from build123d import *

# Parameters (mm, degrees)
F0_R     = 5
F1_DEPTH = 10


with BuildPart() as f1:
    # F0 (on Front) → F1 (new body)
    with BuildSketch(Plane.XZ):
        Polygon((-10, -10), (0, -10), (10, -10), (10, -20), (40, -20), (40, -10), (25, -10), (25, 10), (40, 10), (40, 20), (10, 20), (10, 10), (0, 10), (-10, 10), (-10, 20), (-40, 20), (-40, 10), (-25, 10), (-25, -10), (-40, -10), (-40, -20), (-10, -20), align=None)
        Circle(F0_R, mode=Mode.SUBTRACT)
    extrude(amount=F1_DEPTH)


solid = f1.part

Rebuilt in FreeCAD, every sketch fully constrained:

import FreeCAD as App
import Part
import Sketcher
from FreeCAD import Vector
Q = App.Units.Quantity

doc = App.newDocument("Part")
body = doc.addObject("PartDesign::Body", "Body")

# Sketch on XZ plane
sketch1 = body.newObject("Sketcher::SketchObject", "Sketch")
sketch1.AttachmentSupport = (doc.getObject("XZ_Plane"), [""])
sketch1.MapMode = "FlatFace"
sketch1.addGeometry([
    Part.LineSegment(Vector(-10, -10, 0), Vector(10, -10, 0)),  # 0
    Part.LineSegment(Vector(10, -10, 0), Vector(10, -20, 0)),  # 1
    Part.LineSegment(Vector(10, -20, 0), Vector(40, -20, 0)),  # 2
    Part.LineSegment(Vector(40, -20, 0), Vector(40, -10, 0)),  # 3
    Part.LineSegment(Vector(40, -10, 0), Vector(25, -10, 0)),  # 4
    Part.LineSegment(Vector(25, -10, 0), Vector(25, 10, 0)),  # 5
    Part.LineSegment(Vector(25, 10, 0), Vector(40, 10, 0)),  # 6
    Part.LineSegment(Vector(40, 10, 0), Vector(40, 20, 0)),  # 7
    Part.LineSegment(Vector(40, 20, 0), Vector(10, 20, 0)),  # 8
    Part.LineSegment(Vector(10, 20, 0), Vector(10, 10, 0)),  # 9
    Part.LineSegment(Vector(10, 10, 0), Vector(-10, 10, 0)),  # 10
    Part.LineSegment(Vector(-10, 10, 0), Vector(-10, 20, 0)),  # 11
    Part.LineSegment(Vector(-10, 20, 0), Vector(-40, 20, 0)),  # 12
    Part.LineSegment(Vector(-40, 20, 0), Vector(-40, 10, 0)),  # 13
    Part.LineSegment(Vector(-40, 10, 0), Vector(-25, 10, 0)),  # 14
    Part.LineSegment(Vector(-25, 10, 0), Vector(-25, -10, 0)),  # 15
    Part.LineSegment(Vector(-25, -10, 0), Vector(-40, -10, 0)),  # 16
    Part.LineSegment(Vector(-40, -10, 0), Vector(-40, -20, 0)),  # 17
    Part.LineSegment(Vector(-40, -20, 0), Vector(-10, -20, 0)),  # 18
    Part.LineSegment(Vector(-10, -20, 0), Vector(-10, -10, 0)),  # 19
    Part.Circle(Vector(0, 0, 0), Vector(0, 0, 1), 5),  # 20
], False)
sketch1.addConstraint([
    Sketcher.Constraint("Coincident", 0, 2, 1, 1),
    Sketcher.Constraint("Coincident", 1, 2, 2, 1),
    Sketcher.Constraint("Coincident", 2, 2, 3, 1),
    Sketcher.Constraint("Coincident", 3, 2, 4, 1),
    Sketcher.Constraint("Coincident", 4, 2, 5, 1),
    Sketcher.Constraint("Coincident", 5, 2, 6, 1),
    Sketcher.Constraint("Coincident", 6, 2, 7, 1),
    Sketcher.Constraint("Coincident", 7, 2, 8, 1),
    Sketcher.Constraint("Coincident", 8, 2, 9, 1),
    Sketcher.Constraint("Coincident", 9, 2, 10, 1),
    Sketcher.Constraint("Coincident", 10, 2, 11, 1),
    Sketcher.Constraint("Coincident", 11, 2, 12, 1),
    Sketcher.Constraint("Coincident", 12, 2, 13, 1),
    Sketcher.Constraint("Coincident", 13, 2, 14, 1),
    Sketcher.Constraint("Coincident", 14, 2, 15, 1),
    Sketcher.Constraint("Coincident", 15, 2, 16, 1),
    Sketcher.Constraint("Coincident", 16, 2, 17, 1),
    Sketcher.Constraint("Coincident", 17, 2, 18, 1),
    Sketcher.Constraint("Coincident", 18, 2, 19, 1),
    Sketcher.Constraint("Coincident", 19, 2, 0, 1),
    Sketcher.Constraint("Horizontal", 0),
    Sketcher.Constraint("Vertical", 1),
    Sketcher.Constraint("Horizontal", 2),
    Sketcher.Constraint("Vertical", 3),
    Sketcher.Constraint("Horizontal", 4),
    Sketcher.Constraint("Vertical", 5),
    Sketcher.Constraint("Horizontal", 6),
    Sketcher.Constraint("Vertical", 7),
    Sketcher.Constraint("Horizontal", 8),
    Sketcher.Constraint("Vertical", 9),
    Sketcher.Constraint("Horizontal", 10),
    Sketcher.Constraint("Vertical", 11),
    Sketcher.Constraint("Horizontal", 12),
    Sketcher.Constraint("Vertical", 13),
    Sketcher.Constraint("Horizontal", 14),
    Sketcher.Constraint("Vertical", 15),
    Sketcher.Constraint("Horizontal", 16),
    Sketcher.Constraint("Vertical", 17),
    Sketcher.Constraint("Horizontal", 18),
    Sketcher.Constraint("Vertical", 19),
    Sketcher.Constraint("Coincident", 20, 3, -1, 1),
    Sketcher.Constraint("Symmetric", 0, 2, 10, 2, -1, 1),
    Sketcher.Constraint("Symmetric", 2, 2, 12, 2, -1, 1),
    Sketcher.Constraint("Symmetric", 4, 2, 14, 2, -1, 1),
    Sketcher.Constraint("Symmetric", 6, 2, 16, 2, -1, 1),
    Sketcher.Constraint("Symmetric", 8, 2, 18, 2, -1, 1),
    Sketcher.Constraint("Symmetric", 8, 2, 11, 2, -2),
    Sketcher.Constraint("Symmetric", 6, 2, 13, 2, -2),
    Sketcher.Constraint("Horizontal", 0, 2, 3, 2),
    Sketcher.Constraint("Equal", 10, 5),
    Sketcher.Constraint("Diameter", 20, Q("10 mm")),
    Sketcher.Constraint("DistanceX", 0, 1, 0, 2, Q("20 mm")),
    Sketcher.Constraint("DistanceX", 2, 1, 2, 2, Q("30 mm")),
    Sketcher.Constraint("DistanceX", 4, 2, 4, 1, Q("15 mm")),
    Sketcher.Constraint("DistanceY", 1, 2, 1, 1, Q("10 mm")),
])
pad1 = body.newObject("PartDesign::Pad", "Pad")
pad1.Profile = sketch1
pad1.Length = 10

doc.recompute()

WORK REQUIRED: Would you copy all lines in the records where the string "with" appears?

EXPECTED ANSWER:
with BuildPart() as f1:
    with BuildSketch(Plane.XZ):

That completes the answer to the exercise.